* [Source data]
·····

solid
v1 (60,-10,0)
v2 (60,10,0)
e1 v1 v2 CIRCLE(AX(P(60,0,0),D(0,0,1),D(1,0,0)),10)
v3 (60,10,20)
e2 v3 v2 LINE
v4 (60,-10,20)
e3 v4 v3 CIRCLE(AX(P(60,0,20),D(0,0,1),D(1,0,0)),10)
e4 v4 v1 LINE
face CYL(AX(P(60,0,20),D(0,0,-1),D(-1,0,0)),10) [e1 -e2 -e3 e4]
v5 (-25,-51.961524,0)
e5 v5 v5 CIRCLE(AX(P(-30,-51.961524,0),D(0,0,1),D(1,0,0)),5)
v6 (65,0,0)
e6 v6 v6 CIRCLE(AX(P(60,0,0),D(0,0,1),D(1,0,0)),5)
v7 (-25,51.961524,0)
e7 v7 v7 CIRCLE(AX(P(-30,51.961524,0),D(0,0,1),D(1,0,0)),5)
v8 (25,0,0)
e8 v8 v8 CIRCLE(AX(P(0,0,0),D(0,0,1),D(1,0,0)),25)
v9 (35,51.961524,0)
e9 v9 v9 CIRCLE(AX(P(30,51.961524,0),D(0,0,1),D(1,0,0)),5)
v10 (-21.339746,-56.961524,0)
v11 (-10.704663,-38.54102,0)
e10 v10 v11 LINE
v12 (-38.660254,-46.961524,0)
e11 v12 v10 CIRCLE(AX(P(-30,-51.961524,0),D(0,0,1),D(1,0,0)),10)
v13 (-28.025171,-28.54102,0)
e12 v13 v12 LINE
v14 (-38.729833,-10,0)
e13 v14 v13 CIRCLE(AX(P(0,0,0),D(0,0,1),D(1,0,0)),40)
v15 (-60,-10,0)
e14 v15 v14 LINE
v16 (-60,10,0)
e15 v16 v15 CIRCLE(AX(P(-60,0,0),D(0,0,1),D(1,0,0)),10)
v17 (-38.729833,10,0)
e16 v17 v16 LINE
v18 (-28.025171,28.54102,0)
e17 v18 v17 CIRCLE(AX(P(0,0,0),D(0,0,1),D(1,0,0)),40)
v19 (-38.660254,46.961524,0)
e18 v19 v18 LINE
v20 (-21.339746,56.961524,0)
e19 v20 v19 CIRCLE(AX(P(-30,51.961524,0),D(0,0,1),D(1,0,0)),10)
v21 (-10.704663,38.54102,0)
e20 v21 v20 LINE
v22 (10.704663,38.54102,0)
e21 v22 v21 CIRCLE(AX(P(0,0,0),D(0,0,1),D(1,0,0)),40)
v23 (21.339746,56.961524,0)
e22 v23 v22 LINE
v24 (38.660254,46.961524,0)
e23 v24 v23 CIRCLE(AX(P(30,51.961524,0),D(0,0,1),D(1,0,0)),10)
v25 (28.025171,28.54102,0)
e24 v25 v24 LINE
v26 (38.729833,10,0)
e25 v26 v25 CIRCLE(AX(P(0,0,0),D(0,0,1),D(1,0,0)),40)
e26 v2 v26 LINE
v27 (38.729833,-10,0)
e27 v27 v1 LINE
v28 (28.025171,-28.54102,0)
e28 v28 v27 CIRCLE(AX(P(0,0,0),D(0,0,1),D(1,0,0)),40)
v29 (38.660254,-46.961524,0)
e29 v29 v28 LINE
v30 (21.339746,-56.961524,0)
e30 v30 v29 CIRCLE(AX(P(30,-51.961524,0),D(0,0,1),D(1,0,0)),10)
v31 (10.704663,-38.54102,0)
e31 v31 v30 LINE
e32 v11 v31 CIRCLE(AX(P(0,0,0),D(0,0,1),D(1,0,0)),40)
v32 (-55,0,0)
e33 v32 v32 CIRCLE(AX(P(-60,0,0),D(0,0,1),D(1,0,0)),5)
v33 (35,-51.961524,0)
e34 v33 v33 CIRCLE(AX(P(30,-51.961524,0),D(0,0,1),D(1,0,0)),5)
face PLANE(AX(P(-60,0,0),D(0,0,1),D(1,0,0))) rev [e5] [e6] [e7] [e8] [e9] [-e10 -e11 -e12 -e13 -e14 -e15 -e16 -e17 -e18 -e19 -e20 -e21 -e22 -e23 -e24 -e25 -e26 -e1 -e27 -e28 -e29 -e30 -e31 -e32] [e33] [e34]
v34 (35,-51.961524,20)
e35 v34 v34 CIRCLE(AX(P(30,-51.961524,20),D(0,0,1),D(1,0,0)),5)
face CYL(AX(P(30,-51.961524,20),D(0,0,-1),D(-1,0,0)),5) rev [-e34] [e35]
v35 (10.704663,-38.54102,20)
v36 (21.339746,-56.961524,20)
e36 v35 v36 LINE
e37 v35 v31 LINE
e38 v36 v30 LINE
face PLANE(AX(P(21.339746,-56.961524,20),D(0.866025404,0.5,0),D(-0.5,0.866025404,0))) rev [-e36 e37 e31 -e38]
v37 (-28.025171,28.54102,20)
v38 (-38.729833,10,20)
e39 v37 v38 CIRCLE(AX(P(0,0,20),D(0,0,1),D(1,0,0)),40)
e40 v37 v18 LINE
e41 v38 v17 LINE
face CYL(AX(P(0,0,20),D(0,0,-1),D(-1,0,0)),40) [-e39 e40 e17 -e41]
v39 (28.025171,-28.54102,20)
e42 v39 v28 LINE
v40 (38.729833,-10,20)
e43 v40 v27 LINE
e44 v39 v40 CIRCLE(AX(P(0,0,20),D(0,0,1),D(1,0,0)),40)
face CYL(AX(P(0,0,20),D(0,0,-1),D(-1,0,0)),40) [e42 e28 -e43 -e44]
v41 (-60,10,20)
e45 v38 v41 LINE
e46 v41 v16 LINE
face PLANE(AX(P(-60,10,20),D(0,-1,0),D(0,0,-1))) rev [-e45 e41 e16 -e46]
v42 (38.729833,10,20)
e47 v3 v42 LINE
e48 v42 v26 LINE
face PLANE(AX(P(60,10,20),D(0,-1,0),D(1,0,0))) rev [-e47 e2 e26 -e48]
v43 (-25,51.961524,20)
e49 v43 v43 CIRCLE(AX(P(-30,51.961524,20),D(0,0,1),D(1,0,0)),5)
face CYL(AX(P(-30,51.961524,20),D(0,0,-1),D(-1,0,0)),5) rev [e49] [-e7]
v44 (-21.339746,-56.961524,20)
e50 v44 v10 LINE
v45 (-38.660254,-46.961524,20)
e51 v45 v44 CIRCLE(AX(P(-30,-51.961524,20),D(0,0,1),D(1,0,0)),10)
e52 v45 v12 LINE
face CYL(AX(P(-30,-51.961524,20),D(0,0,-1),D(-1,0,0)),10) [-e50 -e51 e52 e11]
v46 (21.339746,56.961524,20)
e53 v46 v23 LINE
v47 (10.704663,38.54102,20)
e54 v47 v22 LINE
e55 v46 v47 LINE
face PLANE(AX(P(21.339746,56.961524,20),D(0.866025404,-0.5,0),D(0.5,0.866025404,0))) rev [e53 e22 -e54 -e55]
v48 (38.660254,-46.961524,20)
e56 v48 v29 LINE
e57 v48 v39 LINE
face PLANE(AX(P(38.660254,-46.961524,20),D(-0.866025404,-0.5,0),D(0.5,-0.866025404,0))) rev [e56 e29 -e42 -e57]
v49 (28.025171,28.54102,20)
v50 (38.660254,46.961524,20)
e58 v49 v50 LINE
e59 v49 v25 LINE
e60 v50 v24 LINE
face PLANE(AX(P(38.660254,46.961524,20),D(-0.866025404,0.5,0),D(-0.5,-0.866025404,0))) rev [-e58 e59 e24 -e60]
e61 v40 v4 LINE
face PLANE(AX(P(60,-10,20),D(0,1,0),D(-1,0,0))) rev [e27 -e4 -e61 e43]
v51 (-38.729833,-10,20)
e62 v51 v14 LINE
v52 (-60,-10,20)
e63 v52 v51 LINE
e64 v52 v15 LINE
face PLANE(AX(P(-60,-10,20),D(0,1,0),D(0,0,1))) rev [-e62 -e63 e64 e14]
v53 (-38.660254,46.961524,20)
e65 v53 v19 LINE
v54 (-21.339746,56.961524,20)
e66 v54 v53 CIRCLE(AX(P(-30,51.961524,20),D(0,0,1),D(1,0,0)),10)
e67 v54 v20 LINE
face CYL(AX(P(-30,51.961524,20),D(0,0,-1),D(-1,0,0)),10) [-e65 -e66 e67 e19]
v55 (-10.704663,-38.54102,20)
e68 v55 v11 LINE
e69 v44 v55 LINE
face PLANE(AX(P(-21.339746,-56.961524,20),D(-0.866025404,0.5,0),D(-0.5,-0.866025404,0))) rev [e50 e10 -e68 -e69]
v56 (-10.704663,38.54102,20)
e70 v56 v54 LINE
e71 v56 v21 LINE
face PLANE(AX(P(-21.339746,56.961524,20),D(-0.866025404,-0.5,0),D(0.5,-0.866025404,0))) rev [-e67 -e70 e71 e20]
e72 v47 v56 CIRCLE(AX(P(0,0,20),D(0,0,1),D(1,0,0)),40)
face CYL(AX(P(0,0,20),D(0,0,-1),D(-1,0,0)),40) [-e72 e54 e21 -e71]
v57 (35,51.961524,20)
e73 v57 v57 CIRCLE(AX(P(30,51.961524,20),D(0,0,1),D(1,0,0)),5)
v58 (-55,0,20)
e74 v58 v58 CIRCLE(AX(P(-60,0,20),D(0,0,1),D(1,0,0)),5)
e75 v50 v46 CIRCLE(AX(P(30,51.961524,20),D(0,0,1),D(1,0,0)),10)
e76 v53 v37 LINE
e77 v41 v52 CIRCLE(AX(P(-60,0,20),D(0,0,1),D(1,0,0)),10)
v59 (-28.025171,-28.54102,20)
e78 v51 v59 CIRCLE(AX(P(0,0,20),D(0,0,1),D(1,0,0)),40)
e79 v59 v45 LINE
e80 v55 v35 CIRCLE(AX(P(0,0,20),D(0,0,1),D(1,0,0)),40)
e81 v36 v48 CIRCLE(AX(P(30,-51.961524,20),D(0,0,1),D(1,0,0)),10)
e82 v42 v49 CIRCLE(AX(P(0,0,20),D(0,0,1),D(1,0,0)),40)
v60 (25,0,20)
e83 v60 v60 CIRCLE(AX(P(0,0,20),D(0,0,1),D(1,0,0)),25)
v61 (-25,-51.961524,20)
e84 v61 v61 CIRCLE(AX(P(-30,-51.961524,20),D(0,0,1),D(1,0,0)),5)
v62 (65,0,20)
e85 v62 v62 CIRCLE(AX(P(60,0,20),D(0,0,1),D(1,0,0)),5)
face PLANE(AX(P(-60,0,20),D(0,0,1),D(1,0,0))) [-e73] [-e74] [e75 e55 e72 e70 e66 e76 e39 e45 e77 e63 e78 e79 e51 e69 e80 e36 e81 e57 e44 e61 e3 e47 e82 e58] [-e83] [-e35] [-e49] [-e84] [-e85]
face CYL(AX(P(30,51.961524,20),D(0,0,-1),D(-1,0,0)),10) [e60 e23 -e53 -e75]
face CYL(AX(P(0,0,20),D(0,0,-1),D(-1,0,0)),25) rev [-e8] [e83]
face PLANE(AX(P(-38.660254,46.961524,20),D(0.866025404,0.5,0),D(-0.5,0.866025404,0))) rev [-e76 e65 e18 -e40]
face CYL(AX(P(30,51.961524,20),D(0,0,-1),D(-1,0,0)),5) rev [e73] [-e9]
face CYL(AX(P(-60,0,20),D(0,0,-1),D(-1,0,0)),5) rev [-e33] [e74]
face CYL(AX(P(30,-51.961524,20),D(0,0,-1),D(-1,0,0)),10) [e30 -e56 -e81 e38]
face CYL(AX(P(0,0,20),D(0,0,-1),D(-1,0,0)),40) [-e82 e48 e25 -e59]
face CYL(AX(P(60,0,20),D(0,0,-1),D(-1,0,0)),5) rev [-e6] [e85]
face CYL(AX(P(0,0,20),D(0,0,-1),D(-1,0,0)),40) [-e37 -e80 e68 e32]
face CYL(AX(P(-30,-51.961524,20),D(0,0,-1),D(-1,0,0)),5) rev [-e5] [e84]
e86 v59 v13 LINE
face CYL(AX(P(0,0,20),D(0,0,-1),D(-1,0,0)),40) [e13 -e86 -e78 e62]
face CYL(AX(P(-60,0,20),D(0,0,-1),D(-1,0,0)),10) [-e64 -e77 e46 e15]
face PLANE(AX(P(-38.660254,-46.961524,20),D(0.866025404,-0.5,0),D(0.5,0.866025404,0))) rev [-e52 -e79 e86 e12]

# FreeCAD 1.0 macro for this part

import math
import FreeCAD as App
import Part
import Sketcher
from FreeCAD import Vector
Q = App.Units.Quantity

doc = App.newDocument("Part")
body = doc.addObject("PartDesign::Body", "Body")

sketch1 = body.newObject("Sketcher::SketchObject", "Sketch")
sketch1.AttachmentSupport = (doc.getObject("XY_Plane"), [""])
sketch1.MapMode = "FlatFace"
sketch1.addGeometry([
    Part.LineSegment(Vector(-39, 10, 0), Vector(-60, 10, 0)),
    Part.ArcOfCircle(Part.Circle(Vector(-60, 0, 0), Vector(0, 0, 1), 10), math.radians(90), math.radians(270)),
    Part.LineSegment(Vector(-60, -10, 0), Vector(-39, -10, 0)),
    Part.ArcOfCircle(Part.Circle(Vector(0, 0, 0), Vector(0, 0, 1), 40), math.radians(-166), math.radians(-134)),
    Part.LineSegment(Vector(-28, -29, 0), Vector(-39, -47, 0)),
    Part.ArcOfCircle(Part.Circle(Vector(-30, -52, 0), Vector(0, 0, 1), 10), math.radians(150), math.radians(330)),
    Part.LineSegment(Vector(-21, -57, 0), Vector(-11, -39, 0)),
    Part.ArcOfCircle(Part.Circle(Vector(0, 0, 0), Vector(0, 0, 1), 40), math.radians(-106), math.radians(-74)),
    Part.LineSegment(Vector(11, -39, 0), Vector(21, -57, 0)),
    Part.ArcOfCircle(Part.Circle(Vector(30, -52, 0), Vector(0, 0, 1), 10), math.radians(-150), math.radians(30)),
    Part.LineSegment(Vector(39, -47, 0), Vector(28, -29, 0)),
    Part.ArcOfCircle(Part.Circle(Vector(0, 0, 0), Vector(0, 0, 1), 40), math.radians(-46), math.radians(-14)),
    Part.LineSegment(Vector(39, -10, 0), Vector(60, -10, 0)),
    Part.ArcOfCircle(Part.Circle(Vector(60, 0, 0), Vector(0, 0, 1), 10), math.radians(-90), math.radians(90)),
    Part.LineSegment(Vector(60, 10, 0), Vector(39, 10, 0)),
    Part.ArcOfCircle(Part.Circle(Vector(0, 0, 0), Vector(0, 0, 1), 40), math.radians(14), math.radians(46)),
    Part.LineSegment(Vector(28, 29, 0), Vector(39, 47, 0)),
    Part.ArcOfCircle(Part.Circle(Vector(30, 52, 0), Vector(0, 0, 1), 10), math.radians(-30), math.radians(150)),
    Part.LineSegment(Vector(21, 57, 0), Vector(11, 39, 0)),
    Part.ArcOfCircle(Part.Circle(Vector(0, 0, 0), Vector(0, 0, 1), 40), math.radians(74), math.radians(106)),
    Part.LineSegment(Vector(-11, 39, 0), Vector(-21, 57, 0)),
    Part.ArcOfCircle(Part.Circle(Vector(-30, 52, 0), Vector(0, 0, 1), 10), math.radians(30), math.radians(210)),
    Part.LineSegment(Vector(-39, 47, 0), Vector(-28, 29, 0)),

·····

* [Brief] Give back, unchanged, the run of lines in the listing above that begins at the line containing "v28 (28.025171,-28.54102,0)" and ends at the line containing "v35 (10.704663,-38.54102,20)", both included.

* [Response to this exercise]
v28 (28.025171,-28.54102,0)
e28 v28 v27 CIRCLE(AX(P(0,0,0),D(0,0,1),D(1,0,0)),40)
v29 (38.660254,-46.961524,0)
e29 v29 v28 LINE
v30 (21.339746,-56.961524,0)
e30 v30 v29 CIRCLE(AX(P(30,-51.961524,0),D(0,0,1),D(1,0,0)),10)
v31 (10.704663,-38.54102,0)
e31 v31 v30 LINE
e32 v11 v31 CIRCLE(AX(P(0,0,0),D(0,0,1),D(1,0,0)),40)
v32 (-55,0,0)
e33 v32 v32 CIRCLE(AX(P(-60,0,0),D(0,0,1),D(1,0,0)),5)
v33 (35,-51.961524,0)
e34 v33 v33 CIRCLE(AX(P(30,-51.961524,0),D(0,0,1),D(1,0,0)),5)
face PLANE(AX(P(-60,0,0),D(0,0,1),D(1,0,0))) rev [e5] [e6] [e7] [e8] [e9] [-e10 -e11 -e12 -e13 -e14 -e15 -e16 -e17 -e18 -e19 -e20 -e21 -e22 -e23 -e24 -e25 -e26 -e1 -e27 -e28 -e29 -e30 -e31 -e32] [e33] [e34]
v34 (35,-51.961524,20)
e35 v34 v34 CIRCLE(AX(P(30,-51.961524,20),D(0,0,1),D(1,0,0)),5)
face CYL(AX(P(30,-51.961524,20),D(0,0,-1),D(-1,0,0)),5) rev [-e34] [e35]
v35 (10.704663,-38.54102,20)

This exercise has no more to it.